Participants at the AFN meeting, and the broader body of professionals and community members working on forest management in the region, possess an immense pool of experience to address the issues above.

The meeting organizers hoped to create an opportunity for exchange and synthesis to bring this vast, but scattered, knowledge together to identify common patterns, problems, needs, and solutions, to make them transparent, and to communicate them. The goal of the Asia Forest Network is to facilitate this process. The 80 AFN meeting participants included senior government forestry officers, forestry field staff, researchers, and NGO and community leaders.

During Session I each of the eight participating countries briefly summarized the current state of their national forests and forest communities, and described emerging national community forestry policy trends. Panelists Session II reported on India's experiences with community and joint forest management, highlighting social and institutional developments. Senior forest department professionals presented emerging experiences in reorienting staff and procedures, as well as changes in ecological restoration strategies that emphasize community protection and natural regeneration over costly plantation establishment.

Session III brought together two decades of experience from Nepal and the Philippines in designing and redesigning effective community forestry policy, as well as the challenges Vietnam faces as an economy in transition moving from socialist to private management, while seeking a role for communities. The session also raised important questions regarding the role of donors and development assistance agencies in long-term public forest management transitions.

The plenary sessions provided information for subgroup discussions held in Session IV. The subgroups dealt with six interrelated issues bearing community forest management to identify what is working and what is not. The topics included the components of enabling policies, agency implementation and transition benchmarks, the use of spatial tools for planning and monitoring, experiences with community management in protected areas, the role of micro planning, and ways to ensure equity and gender balance in forest management reallocation processes.

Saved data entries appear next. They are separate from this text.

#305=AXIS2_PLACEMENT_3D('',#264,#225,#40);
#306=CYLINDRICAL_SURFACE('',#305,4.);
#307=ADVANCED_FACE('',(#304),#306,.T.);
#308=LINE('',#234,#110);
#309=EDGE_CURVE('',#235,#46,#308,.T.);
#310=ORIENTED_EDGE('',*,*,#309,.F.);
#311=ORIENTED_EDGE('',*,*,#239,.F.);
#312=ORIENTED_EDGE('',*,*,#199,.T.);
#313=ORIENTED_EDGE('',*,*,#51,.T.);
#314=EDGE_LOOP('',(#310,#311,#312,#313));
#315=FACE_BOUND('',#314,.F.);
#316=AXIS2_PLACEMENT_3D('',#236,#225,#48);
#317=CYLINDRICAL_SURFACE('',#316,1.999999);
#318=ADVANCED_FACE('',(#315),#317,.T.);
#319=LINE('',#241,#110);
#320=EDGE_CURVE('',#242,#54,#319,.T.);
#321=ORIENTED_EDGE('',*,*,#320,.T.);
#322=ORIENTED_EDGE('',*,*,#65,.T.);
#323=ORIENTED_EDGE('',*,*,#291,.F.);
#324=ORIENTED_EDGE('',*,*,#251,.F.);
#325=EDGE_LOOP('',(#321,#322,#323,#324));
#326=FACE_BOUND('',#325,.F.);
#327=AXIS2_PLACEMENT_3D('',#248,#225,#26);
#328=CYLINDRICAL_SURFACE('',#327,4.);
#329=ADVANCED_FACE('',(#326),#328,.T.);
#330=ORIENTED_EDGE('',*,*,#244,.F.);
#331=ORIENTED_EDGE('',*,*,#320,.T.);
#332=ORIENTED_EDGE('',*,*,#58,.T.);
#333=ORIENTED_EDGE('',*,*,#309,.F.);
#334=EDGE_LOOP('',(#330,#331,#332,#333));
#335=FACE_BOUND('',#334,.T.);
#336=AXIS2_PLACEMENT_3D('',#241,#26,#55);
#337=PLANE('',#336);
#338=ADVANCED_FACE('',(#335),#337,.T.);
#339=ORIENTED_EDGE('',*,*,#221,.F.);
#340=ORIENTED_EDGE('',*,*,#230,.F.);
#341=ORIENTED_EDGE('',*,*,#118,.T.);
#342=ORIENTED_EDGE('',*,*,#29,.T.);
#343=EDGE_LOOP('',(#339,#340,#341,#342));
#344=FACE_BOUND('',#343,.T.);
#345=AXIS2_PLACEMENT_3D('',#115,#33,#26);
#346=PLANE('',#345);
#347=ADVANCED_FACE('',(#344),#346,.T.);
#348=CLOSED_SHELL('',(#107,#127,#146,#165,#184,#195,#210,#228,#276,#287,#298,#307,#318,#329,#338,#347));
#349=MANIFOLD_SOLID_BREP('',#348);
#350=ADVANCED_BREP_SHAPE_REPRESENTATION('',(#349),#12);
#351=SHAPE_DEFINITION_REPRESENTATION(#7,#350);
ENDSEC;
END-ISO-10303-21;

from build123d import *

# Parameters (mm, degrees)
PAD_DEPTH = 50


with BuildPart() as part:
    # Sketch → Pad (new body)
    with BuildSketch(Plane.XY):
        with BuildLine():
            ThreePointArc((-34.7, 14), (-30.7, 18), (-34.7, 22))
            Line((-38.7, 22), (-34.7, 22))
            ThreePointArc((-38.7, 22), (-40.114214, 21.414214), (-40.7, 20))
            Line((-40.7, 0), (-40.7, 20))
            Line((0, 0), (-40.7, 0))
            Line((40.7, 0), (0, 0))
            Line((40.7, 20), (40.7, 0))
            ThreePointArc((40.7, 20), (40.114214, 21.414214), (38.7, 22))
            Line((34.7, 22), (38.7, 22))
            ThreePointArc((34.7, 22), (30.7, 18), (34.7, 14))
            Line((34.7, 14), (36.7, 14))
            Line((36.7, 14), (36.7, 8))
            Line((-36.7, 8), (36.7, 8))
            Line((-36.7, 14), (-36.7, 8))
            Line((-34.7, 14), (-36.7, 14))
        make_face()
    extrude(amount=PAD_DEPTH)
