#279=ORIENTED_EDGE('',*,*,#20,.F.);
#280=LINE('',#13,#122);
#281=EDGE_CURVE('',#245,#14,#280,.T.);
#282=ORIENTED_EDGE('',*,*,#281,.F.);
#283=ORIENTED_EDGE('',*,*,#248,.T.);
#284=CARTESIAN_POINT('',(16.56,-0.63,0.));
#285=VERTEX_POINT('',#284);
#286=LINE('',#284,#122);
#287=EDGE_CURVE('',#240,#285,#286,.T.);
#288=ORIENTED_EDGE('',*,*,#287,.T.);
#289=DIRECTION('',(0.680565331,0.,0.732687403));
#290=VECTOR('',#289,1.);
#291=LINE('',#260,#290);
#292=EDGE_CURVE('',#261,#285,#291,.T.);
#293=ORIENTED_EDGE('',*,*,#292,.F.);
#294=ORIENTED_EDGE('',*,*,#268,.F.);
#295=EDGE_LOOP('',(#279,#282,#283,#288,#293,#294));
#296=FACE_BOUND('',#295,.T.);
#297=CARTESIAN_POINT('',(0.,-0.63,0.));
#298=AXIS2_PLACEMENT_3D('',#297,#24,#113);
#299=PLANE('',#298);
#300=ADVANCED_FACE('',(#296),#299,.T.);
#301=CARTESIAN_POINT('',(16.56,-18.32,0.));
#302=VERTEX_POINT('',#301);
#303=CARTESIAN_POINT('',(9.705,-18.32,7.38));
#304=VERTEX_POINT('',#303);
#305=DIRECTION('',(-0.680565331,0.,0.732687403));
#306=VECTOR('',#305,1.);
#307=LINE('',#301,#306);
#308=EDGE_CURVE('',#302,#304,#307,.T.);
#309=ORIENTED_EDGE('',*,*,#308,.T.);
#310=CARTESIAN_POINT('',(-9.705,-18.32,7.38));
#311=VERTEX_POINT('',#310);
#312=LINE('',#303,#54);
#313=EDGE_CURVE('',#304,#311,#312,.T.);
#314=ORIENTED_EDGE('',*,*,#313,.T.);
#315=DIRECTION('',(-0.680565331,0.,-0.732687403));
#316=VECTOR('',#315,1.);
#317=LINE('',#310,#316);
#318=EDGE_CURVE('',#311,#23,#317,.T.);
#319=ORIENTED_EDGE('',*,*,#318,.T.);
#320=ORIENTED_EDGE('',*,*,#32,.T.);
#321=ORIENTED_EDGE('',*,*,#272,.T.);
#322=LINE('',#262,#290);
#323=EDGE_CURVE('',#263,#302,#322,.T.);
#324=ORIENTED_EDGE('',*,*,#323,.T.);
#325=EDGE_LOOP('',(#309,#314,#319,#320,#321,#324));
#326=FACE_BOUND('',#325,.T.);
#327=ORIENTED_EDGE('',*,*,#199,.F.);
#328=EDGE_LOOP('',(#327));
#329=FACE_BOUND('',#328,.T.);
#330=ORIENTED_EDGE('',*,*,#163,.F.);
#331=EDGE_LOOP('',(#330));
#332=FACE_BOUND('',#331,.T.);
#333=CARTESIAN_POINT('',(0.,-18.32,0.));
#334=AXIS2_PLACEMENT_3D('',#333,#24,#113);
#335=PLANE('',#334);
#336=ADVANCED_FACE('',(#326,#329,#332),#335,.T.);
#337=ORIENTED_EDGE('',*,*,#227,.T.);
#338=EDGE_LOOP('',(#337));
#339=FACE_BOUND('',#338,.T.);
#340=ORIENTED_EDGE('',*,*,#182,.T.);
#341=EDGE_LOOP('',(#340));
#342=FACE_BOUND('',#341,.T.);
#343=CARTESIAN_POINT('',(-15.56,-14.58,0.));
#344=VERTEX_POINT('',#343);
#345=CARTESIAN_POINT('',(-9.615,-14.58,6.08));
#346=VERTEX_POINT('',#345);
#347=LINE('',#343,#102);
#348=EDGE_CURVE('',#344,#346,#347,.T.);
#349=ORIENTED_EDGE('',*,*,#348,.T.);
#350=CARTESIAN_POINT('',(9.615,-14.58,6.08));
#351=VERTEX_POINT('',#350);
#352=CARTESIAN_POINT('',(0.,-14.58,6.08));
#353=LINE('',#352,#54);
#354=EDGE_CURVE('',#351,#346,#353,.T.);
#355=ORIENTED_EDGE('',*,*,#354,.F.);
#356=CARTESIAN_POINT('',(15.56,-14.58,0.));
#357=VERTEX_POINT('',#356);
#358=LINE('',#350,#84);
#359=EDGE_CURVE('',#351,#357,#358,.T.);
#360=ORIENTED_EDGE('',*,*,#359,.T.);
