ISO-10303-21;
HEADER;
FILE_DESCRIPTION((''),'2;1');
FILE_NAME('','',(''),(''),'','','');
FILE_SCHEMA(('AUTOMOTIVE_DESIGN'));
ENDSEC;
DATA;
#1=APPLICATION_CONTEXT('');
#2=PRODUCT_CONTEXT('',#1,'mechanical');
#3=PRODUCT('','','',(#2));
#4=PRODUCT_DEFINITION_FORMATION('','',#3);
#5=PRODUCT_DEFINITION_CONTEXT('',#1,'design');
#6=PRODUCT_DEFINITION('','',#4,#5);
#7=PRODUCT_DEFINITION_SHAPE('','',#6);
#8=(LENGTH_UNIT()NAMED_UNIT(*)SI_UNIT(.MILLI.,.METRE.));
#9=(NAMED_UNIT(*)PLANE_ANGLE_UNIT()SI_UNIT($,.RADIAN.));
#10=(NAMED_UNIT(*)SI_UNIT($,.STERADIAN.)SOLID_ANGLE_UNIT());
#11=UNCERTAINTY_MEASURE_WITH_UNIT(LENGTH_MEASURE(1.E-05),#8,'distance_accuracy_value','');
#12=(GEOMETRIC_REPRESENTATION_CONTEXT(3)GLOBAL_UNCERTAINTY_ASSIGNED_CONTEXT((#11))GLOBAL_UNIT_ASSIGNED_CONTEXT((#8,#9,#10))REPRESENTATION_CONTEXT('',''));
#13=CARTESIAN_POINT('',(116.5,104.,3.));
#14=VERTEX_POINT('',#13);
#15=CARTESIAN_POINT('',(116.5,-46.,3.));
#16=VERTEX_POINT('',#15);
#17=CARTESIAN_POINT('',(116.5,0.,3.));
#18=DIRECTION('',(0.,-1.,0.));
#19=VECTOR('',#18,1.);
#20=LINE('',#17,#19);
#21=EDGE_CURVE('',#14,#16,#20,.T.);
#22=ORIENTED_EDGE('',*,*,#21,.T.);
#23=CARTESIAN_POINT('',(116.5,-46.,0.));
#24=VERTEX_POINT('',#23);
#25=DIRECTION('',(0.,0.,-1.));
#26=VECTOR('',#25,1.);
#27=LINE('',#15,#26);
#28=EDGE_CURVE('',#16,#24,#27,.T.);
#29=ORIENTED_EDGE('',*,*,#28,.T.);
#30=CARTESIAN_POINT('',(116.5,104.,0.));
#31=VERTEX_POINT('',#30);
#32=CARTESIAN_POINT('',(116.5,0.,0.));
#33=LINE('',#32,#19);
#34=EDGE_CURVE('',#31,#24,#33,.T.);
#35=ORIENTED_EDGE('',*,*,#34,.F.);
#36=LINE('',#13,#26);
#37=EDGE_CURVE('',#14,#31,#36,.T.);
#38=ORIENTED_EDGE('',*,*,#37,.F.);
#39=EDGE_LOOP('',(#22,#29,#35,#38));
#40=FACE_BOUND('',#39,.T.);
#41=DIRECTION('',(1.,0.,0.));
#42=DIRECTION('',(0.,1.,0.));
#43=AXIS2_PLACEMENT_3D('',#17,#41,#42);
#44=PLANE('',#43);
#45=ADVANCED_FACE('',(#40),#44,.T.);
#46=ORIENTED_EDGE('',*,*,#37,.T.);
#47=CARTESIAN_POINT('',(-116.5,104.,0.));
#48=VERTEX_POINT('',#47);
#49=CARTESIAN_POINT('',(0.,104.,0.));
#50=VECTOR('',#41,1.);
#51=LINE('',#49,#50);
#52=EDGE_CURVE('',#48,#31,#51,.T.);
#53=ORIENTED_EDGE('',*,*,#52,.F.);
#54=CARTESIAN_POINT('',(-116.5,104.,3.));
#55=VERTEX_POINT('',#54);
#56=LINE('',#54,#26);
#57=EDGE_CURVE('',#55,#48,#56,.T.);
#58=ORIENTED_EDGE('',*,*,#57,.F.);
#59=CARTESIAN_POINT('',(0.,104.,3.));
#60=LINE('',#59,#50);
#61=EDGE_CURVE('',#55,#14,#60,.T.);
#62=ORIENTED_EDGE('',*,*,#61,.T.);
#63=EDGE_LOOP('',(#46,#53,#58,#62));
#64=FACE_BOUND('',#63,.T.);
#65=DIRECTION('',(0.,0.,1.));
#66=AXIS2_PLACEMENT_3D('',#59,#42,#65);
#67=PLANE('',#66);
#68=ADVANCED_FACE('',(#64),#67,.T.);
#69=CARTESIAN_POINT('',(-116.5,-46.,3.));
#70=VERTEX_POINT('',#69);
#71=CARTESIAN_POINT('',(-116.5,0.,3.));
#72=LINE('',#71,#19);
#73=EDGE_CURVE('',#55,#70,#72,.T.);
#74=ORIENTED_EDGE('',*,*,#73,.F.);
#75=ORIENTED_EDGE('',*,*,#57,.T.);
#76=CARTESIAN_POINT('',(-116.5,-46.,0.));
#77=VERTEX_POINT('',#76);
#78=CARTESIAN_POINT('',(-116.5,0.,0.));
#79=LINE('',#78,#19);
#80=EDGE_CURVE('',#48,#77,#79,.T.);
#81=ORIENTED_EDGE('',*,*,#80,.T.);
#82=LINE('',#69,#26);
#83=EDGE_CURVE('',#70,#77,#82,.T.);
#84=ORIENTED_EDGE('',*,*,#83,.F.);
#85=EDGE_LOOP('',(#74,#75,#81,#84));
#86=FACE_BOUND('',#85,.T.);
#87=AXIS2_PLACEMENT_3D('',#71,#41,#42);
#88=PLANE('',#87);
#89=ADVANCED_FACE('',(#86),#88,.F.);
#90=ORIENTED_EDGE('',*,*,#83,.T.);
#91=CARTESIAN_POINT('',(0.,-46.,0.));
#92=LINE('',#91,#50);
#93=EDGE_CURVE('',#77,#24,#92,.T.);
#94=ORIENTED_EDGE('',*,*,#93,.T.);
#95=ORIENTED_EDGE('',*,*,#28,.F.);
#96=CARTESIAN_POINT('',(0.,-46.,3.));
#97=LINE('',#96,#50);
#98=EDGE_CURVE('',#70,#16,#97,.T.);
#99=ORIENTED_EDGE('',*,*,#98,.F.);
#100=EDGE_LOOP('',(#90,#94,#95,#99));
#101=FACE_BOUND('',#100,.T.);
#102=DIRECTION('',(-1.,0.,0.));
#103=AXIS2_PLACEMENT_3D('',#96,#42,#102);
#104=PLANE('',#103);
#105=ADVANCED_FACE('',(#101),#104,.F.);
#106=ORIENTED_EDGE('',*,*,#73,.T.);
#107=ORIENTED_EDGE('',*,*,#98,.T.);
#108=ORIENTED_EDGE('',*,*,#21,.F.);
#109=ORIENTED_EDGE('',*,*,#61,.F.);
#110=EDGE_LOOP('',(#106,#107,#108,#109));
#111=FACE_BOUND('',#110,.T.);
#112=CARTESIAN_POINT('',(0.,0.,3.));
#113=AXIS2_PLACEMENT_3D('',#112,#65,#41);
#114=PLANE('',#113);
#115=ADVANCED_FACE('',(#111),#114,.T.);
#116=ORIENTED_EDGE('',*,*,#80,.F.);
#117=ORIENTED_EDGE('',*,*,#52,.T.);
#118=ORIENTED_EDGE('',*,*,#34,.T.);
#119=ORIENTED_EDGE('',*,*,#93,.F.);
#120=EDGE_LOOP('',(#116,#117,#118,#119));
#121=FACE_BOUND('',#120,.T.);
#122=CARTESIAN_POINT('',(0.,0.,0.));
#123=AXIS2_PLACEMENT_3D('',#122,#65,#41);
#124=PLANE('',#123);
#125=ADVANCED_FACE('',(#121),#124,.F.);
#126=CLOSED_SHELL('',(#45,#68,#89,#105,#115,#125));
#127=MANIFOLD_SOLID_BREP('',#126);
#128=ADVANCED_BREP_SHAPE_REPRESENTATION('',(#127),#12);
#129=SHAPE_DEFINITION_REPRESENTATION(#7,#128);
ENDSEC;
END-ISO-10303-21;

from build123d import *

# Parameters (mm, degrees)
SKETCH1_W           = 233
SKETCH1_H           = 150
BOSS_EXTRUDE1_DEPTH = 3


with BuildPart() as part:
    # Sketch1 → Boss-Extrude1 (new body)
    with BuildSketch(Plane.XY):
        with Locations((0, 29)):
            Rectangle(SKETCH1_W, SKETCH1_H)
    extrude(amount=BOSS_EXTRUDE1_DEPTH)


solid = part.part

Session V provided country teams with opportunities to caucus and develop action programs for the coming years. Activities outlined by the India group focused on policy initiatives, community support strategies, and developing mechanisms to accelerate and utilize field learning. The Philippines and Indonesian teams worked to create new agendas for their national programs, while the participants from mainland Southeast Asia collaborated in examining common issues and needs of forest ecosystems and ethnic minorities who comprise their upland regions.

This report brings together the materials and ideas presented at Surajkund, drawing from the panels and discussion groups. In compiling this report, the editors also draw on their own field visits, trip reports, and discussions with Network members and other practitioners over the part two years. This report builds on discussions at Surajkund to provide a regional synthesis of community forest management experiences emerging in Asia, highlighting what's working and what's not.